Keynote #1 — Steve Canepa, IBM

Steve Canepa is IBM's Vice President of Marketing, Global Media and Entertainment. He has worked both sides of the street. He believes the digital world is here now, and insists that those who resist convergence will soon be road-kill.

"Traditionally, the customer was at the end of a long distribution infrastructure. In the old model, newspapers were written and edited...CDs were pressed with a pre-selected number of songs in a pre-selected order, and then distributed through a physical infrastructure to the consumer. In the Web world, consumers can, and will, make these editorial and packaging decisions for themselves."

This evolution can be seen, according to Canepa, as a move from a push model, where content was prepared and sent to market, to a pull model, "…where consumers will reach into your infrastructure and take what they want, when and where they want it…now, the consumer is at the front end."

Traditional media is based on a one-to-many business model. Everyone gets the same product, in the same format, over the same distribution channel. In contrast, the interactivity of the Internet allows a one-to-one model. Each user can select, or program, the content that he or she receives. But with convergence, Canepa tells us that the market will evolve to a many-to-many model. "Many versions of your content being distributed over many distribution networks (traditional broadcast; broadband; wireless; satellite) in many formats to many target devices (PCs; set-top boxes; PDAs; cellular phones and devices that have yet to be invented)."

Although we will see multiple networks serving multiple devices, Canepa insists that it is the content that will tie everything together. And content re-purposing is the key to profitability in the digital world. In the traditional model, it works like this: Let's say you have four documentaries about children living in four different countries. You notice that in each documentary, there are scenes of children playing sports. So you cull that footage and create a program about children and sports. In the digital world, he says, you go many steps further.
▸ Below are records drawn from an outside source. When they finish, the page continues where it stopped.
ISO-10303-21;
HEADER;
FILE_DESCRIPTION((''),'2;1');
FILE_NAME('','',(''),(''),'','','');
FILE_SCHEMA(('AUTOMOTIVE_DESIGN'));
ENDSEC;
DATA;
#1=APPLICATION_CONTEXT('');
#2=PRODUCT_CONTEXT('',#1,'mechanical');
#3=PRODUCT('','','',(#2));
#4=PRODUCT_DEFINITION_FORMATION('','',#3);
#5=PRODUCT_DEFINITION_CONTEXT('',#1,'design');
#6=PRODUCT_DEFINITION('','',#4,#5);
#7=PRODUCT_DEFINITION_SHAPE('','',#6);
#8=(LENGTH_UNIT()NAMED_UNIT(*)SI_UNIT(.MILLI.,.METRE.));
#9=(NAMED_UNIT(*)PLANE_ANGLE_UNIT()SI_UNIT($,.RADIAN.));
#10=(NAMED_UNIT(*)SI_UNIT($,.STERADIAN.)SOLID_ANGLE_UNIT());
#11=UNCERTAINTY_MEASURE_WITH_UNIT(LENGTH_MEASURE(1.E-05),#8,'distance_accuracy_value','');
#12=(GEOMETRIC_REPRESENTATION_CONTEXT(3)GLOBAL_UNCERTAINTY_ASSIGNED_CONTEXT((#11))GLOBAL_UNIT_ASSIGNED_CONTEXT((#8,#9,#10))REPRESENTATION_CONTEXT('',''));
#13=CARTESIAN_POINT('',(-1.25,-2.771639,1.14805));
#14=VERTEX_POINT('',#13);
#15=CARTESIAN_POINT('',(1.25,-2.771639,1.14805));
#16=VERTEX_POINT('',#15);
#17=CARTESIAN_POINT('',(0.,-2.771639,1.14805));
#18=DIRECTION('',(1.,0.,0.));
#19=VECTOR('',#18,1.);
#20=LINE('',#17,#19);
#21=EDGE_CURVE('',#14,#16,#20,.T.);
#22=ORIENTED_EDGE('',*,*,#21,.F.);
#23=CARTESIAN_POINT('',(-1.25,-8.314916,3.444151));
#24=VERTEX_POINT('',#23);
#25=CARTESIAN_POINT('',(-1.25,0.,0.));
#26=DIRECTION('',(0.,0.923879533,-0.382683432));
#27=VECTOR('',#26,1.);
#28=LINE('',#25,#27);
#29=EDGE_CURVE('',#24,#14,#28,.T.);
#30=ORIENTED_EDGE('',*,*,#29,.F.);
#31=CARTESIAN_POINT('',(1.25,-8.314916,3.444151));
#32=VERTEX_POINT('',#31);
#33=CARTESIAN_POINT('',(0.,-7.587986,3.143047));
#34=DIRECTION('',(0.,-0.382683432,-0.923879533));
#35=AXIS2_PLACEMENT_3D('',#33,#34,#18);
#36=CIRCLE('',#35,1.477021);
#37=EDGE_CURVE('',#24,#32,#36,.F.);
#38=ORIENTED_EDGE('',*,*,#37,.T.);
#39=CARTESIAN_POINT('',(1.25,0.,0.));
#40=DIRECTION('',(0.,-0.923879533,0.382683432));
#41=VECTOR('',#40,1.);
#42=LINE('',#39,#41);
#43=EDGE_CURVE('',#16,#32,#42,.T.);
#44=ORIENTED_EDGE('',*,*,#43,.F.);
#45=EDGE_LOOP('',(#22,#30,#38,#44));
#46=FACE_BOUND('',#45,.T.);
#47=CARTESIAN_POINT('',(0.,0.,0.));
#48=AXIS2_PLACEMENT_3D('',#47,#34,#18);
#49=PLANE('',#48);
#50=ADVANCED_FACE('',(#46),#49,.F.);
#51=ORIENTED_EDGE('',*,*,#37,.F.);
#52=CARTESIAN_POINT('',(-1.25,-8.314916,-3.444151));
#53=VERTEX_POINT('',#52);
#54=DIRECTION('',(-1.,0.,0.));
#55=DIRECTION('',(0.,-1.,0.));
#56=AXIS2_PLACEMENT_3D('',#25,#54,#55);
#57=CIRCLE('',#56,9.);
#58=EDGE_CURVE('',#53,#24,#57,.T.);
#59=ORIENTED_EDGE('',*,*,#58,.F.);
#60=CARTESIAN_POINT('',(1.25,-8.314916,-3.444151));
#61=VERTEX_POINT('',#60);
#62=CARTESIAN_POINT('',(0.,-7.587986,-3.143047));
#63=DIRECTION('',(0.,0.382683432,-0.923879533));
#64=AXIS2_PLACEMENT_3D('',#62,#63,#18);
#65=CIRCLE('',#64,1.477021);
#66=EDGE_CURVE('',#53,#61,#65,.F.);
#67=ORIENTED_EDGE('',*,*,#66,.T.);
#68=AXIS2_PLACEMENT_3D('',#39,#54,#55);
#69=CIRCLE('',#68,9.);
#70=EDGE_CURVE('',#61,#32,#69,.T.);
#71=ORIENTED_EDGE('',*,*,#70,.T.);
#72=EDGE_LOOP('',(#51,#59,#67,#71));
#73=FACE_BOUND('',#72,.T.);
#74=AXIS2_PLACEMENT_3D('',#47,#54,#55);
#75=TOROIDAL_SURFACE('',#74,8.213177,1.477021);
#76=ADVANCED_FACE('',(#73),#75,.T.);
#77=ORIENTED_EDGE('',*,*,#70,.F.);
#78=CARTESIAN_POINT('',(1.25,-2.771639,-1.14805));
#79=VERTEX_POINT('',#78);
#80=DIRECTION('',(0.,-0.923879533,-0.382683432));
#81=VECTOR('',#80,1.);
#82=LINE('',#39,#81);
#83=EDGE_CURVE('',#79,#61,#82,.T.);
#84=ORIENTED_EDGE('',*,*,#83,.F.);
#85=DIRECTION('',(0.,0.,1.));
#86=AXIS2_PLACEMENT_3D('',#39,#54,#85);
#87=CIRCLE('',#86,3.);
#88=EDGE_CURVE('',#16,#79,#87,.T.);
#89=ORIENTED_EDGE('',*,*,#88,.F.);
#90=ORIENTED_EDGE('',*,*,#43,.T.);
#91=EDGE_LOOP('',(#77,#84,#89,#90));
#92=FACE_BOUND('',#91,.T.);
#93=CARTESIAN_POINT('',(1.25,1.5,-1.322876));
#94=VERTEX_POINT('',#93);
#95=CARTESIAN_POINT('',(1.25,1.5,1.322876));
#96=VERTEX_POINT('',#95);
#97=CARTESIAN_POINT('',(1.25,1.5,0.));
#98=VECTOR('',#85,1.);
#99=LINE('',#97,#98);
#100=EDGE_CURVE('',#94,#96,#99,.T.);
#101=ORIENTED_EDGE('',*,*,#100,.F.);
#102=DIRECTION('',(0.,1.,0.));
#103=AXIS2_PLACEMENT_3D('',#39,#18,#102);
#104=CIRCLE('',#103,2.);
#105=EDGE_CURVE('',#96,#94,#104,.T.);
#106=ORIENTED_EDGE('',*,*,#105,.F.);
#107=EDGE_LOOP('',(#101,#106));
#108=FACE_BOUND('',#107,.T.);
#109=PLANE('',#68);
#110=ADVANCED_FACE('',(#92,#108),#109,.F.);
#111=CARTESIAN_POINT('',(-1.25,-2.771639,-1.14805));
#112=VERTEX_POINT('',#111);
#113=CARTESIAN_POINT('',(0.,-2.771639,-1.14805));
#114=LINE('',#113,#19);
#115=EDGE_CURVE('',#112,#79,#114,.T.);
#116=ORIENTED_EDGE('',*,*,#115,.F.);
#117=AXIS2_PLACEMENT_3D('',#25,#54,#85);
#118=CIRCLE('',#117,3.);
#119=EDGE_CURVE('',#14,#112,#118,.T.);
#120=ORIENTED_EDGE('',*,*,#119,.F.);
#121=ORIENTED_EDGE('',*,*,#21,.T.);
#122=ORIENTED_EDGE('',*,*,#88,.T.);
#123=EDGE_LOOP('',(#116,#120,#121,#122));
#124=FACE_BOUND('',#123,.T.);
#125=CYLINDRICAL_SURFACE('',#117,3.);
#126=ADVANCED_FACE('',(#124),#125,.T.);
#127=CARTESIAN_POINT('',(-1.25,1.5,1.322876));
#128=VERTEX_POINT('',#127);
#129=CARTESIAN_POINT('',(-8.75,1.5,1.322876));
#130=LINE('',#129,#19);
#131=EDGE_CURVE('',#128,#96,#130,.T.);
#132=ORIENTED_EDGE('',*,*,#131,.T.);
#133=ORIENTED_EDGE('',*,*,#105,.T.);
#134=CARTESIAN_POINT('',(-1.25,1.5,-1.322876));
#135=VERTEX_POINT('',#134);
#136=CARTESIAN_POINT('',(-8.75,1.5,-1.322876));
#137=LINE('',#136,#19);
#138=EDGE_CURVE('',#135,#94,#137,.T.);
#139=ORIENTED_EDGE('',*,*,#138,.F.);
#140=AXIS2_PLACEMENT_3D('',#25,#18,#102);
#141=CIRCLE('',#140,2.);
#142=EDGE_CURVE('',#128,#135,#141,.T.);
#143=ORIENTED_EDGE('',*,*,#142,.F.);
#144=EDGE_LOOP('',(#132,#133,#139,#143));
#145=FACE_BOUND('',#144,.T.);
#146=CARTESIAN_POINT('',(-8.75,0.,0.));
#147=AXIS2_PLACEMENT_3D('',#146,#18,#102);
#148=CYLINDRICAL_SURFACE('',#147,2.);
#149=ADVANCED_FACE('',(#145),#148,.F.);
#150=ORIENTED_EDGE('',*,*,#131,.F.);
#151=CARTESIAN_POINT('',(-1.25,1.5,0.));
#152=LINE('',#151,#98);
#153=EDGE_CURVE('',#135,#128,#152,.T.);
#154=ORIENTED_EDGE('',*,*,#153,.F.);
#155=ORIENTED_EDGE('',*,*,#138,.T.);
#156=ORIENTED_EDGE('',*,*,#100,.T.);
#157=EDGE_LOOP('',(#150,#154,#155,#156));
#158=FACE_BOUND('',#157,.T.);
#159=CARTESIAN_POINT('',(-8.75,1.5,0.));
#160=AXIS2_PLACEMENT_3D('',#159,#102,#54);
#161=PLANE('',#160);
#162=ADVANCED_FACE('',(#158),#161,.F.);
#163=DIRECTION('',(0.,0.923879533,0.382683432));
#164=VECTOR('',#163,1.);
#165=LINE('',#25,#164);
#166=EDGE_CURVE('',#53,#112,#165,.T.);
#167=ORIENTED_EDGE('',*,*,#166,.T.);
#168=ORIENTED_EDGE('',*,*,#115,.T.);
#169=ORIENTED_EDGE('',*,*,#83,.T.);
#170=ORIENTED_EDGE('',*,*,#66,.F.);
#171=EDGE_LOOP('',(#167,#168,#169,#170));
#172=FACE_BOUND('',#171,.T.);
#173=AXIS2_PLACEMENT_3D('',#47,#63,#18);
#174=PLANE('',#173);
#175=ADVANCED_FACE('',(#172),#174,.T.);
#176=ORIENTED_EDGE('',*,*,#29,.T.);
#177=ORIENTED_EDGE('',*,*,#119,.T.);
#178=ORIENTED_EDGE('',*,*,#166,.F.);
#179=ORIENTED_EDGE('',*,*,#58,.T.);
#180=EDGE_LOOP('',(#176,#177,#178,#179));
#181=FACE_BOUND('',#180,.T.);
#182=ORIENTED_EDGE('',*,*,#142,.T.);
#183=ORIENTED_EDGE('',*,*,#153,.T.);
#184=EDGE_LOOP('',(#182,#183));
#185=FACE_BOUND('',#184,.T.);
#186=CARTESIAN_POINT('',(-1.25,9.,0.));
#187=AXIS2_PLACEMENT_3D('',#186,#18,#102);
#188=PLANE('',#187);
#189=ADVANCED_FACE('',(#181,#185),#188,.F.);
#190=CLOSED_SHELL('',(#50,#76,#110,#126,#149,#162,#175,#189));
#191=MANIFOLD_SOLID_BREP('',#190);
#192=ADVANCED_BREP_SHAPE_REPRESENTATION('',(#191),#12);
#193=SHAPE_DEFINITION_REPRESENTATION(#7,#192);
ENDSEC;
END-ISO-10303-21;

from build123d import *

# Parameters (mm, degrees)
CUT_EXTRUDE1_DEPTH           = 10
CUT_REVOLVE1_ANGLE           = 157.5
CUT_REVOLVE1_OTHER_WAY_ANGLE = 157.5


with BuildPart() as part:
    # Sketch3 → Revolve1 (revolve)
    with BuildSketch(Plane.XY, mode=Mode.PRIVATE) as revolve1_sk:
        with BuildLine():
            Line((1.25, 0), (1.25, 9))
            ThreePointArc((1.25, 9), (0, 9.690197618), (-1.25, 9))
            Line((-1.25, 9), (-1.25, 0))
            Line((-1.25, 0), (1.25, 0))
        make_face()
    revolve(revolve1_sk.sketch.rotate(Axis((-1.25, 0, 0), (1, 0, 0)), 180), axis=Axis((-1.25, 0, 0), (1, 0, 0)))

    # Sketch4 → Cut-Extrude1 (cut)
    # profile 1 of 2: a face of its own
    with BuildSketch(Plane(origin=(1.25, 0, 0), x_dir=(0, 0, -1), z_dir=(1, 0, 0))):
        with BuildLine():
            Line((1.322875656, 1.5), (-1.322875656, 1.5))
            ThreePointArc((-1.322875656, 1.5), (0, -2), (1.322875656, 1.5))
        make_face()
        with BuildLine():
            ThreePointArc((-1.118033989, 1), (0, -1.5), (1.118033989, 1))
            Line((1.118033989, 1), (-1.118033989, 1))
        make_face(mode=Mode.SUBTRACT)
    # profile 2 of 2: a face of its own
    with BuildSketch(Plane(origin=(1.25, 0, 0), x_dir=(0, 0, -1), z_dir=(1, 0, 0))):
        with BuildLine():
            Line((1.118033989, 1), (-1.118033989, 1))
            ThreePointArc((-1.118033989, 1), (0, -1.5), (1.118033989, 1))
        make_face()
    extrude(amount=-CUT_EXTRUDE1_DEPTH, mode=Mode.SUBTRACT)

    # Sketch7 → Cut-Revolve1 (revolve, cut)
    with BuildSketch(Plane.XY):
        with BuildLine():
            ThreePointArc((-1.25, 9), (0, 9.690197618), (1.25, 9))
            Line((1.25, 9), (1.25, 3))
            Line((1.25, 3), (-1.25, 3))
            Line((-1.25, 3), (-1.25, 9))
        make_face()
    revolve(axis=Axis((-1.25, 0, 0), (1, 0, 0)), revolution_arc=CUT_REVOLVE1_ANGLE, mode=Mode.SUBTRACT)

    # Sketch7 → Cut-Revolve1 other way (revolve, cut)
    with BuildSketch(Plane.XY):
        with BuildLine():
            ThreePointArc((-1.25, 9), (0, 9.690197618), (1.25, 9))
            Line((1.25, 9), (1.25, 3))
            Line((1.25, 3), (-1.25, 3))
            Line((-1.25, 3), (-1.25, 9))
        make_face()
    revolve(axis=Axis((-1.25, 0, 0), (-1, 0, 0)), revolution_arc=CUT_REVOLVE1_OTHER_WAY_ANGLE, mode=Mode.SUBTRACT)


solid = part.part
Mortal Kombat — Content Re-purposed as:

  1. Arcade Games
  2. Home Video Games
  3. Interactive Internet Games
  4. Comics
  5. Feature Films
  6. Cartoons

Canepa calls it the "Digital Studio Model". As an example, he cites the popular video game, Mortal Kombat. The content of this game has been re-purposed into many formats and delivered over many distribution channels. In essence, the makers of this game have spawned a studio, with no back lots, and minimal expense.

"Your goal should be to create a content factory…In the digital world, brand is not about specific products, it is about affinities," says Canepa. "If you think of customers as buyers, you're in a lot of trouble…because customers are really a source of information; a way to target your offerings and leverage your business models. And, unlike traditional broadcasting, the interactivity of the digital world gives you the information you need about your customers."

The Companies' Views

James Moroney, of Dallas, TX, is the president of Belo Interactive, which creates Web sites for television stations and newspapers. In the following panel discussion, he supports Steve Canepa's views. "The most intense brand-loyalty in television is between viewers and their favorite news anchors. But the TV station, existing in a one-way medium, learns nothing about its customers." Moroney uses this example to explain the value of the Internet to his clients. On the Web, user personalization allows the station to get this information. "The station's Web site offers an opt-in for permission-based marketing; e-mail reminders that push viewers back to programming on the station that is targeted to the viewer's interests."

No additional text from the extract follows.